Segundo a economista-chefe da Serasa Experian, Camila Abdelmalack, o fechamento de 2025 reflete um ambiente econômico ainda desafiador. "O ano foi marcado por condições de crédito mais restritivas e custos financeiros elevados, o que reduziu a capacidade de muitas empresas de alongar dívidas e recompor capital de giro. O resultado é um aumento consistente da inadimplência ao longo dos meses, culminando em novo recorde histórico no encerramento do ano", afirmou.

PERFIL DAS DÍVIDAS
Em dezembro de 2025, cada empresa inadimplente possuía, em média, 7 contas negativadas. A dívida média por CNPJ foi de R$ 23.818,30, enquanto o ticket médio das dívidas chegou a R$ 3.380,90. Camila explica que, comparado a dezembro de 2024, é possível observar um avanço relevante no valor devido por empresa, indicando não apenas maior volume de inadimplentes, mas também um acúmulo de dívidas mais elevado.

"Os dados mostram que, além do crescimento no número de empresas negativadas, houve aumento do valor médio das dívidas. Isso sinaliza maior pressão sobre o fluxo de caixa, especialmente para negócios com menor acesso a crédito estruturado", explicou a economista.

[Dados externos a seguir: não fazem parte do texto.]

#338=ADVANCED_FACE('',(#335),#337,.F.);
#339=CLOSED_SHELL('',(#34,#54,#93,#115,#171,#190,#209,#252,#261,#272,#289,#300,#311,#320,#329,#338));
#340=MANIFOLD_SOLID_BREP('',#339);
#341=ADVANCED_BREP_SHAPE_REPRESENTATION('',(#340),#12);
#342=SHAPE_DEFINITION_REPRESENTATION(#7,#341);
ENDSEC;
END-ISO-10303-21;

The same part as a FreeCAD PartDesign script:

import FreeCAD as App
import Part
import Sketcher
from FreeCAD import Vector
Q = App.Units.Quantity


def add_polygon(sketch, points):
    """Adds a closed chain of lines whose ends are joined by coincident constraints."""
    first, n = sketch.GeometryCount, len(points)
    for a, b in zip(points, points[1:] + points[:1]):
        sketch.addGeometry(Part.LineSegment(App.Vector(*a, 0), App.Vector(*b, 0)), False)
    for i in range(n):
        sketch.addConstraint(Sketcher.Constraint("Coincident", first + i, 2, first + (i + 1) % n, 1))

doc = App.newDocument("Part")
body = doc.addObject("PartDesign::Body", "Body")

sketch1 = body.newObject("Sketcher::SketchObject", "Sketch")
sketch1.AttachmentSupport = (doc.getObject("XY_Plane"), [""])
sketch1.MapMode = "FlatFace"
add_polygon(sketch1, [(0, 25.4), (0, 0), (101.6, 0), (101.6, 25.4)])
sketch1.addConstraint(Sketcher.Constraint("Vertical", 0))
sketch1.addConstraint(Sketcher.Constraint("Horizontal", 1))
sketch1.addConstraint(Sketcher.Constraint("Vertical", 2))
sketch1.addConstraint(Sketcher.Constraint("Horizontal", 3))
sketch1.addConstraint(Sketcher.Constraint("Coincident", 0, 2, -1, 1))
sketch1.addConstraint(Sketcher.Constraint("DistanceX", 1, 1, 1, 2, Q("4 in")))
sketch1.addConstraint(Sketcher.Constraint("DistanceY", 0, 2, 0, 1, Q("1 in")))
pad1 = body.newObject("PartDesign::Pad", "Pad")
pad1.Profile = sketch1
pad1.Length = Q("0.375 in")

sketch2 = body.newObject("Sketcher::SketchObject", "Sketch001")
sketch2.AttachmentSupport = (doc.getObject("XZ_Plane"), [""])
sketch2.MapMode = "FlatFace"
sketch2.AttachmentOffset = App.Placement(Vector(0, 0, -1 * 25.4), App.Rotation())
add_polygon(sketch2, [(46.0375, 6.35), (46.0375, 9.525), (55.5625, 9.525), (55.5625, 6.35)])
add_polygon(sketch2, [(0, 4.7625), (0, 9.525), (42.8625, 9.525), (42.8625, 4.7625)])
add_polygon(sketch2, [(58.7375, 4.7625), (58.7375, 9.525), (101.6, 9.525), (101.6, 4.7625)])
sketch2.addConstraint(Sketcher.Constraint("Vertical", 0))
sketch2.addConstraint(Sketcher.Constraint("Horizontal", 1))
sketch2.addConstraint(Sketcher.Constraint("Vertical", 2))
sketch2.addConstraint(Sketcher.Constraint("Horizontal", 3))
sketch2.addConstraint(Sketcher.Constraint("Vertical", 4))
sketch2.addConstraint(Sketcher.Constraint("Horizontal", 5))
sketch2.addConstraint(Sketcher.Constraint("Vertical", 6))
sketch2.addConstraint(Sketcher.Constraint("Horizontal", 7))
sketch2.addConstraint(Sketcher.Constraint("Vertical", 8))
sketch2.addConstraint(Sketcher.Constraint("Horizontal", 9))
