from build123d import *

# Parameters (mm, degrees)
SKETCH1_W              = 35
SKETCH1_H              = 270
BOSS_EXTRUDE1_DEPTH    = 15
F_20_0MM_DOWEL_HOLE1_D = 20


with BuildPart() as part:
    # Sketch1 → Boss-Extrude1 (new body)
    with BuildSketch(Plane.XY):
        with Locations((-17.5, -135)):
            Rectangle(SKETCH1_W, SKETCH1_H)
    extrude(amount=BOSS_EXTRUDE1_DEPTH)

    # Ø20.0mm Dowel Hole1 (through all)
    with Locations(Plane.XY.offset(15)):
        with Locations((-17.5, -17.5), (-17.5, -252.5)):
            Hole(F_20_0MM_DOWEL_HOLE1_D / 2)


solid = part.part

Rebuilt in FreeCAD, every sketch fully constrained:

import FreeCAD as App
import Part
import Sketcher
from FreeCAD import Vector
Q = App.Units.Quantity


def add_polygon(sketch, points):
    """Adds a closed chain of lines whose ends are joined by coincident constraints."""
    first, n = sketch.GeometryCount, len(points)
    for a, b in zip(points, points[1:] + points[:1]):
        sketch.addGeometry(Part.LineSegment(App.Vector(*a, 0), App.Vector(*b, 0)), False)
    for i in range(n):
        sketch.addConstraint(Sketcher.Constraint("Coincident", first + i, 2, first + (i + 1) % n, 1))

doc = App.newDocument("Part")
body = doc.addObject("PartDesign::Body", "Body")

# Sketch on XY plane
sketch1 = body.newObject("Sketcher::SketchObject", "Sketch")
sketch1.AttachmentSupport = (doc.getObject("XY_Plane"), [""])
sketch1.MapMode = "FlatFace"
add_polygon(sketch1, [(-35, 0), (-35, -270), (0, -270), (0, 0)])  # lines 0-3
sketch1.addConstraint(Sketcher.Constraint("Vertical", 0))
sketch1.addConstraint(Sketcher.Constraint("Horizontal", 1))
sketch1.addConstraint(Sketcher.Constraint("Vertical", 2))
sketch1.addConstraint(Sketcher.Constraint("Horizontal", 3))
sketch1.addConstraint(Sketcher.Constraint("Coincident", 2, 2, -1, 1))
sketch1.addConstraint(Sketcher.Constraint("DistanceX", 1, 1, 1, 2, Q("35 mm")))
sketch1.addConstraint(Sketcher.Constraint("DistanceY", 0, 2, 0, 1, Q("270 mm")))
pad1 = body.newObject("PartDesign::Pad", "Pad")
pad1.Profile = sketch1
pad1.Length = 15

# Sketch on XY plane
sketch2 = body.newObject("Sketcher::SketchObject", "Sketch001")
sketch2.AttachmentSupport = (doc.getObject("XY_Plane"), [""])
sketch2.MapMode = "FlatFace"
sketch2.AttachmentOffset = App.Placement(Vector(0, 0, 15), App.Rotation())
sketch2.addGeometry(Part.Circle(Vector(-18, -18, 0), Vector(0, 0, 1), 10), False)
sketch2.addGeometry(Part.Circle(Vector(-18, -252, 0), Vector(0, 0, 1), 10), False)
sketch2.addConstraint(Sketcher.Constraint("Equal", 0, 1))
sketch2.addConstraint(Sketcher.Constraint("Vertical", 0, 3, 1, 3))
sketch2.addConstraint(Sketcher.Constraint("Diameter", 0, Q("20 mm")))
sketch2.addConstraint(Sketcher.Constraint("DistanceY", 1, 3, 0, 3, Q("235 mm")))
sketch2.addConstraint(Sketcher.Constraint("DistanceX", 0, 3, -1, 1, Q("17.5 mm")))
sketch2.addConstraint(Sketcher.Constraint("DistanceY", 0, 3, -1, 1, Q("17.5 mm")))
doc.recompute()
hole = body.newObject("PartDesign::Hole", "Hole")
hole.Profile = sketch2
hole.ThreadType = "None"
hole.Diameter = 20
hole.DepthType = "ThroughAll"

doc.recompute()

Entre os setores das empresas negativadas, "Serviços" liderou com 55,2% do total em dezembro de 2025. Na sequência apareceram "Comércio" (32,7%), "Indústria" (8,1%), "Primário" (0,9%) e "Outros" (3,1%), categoria que contempla empresas do setor "Financeiro" e do "Terceiro Setor". Já na análise por setor de origem das dívidas, o maior volume de negativações também esteve em "Serviços" (31,5%), seguido por "Bancos e Cartões" (19,3%).

VISÃO NACIONAL
Regionalmente, o Sudeste concentrou 4,81 milhões de empresas inadimplentes, o equivalente a 53,8% do total nacional. Na sequência apareceram Sul (1,45 milhão), Nordeste (1,37 milhão), Centro-Oeste (784 mil) e Norte (535 mil). Entre as Unidades Federativas, São Paulo, Minas Gerais, Rio de Janeiro, Paraná e Rio Grande do Sul lideraram com os cinco maiores números de CNPJs negativados no período. Confira abaixo, o detalhamento das Unidades Federativas (UFs) com maiores índices de inadimplência.

• São Paulo: 2,9 milhões
• Minas Gerais: 847,3 mil
• Rio de Janeiro: 838,2 mil
• Paraná: 562,8 mil
• Rio Grande do Sul: 491,9 mil

Do total de empresas inadimplentes em dezembro de 2025, 8,5 milhões eram micro e pequenas empresas, que acumularam R$ 185,4 bilhões em dívidas. Esse grupo registrou média de 6,7 contas em atraso por companhia. "As micro e pequenas empresas, que representam cerca de 96% das empresas inadimplentes, têm, em geral, menor acesso a linhas de crédito estruturadas e dependem mais de recursos de curto prazo. Em um cenário de juros elevados e maior seletividade na concessão, a capacidade de renegociação e de alongamento das dívidas fica reduzida, o que ajuda a explicar a concentração da inadimplência nesse grupo", finalizou Camila.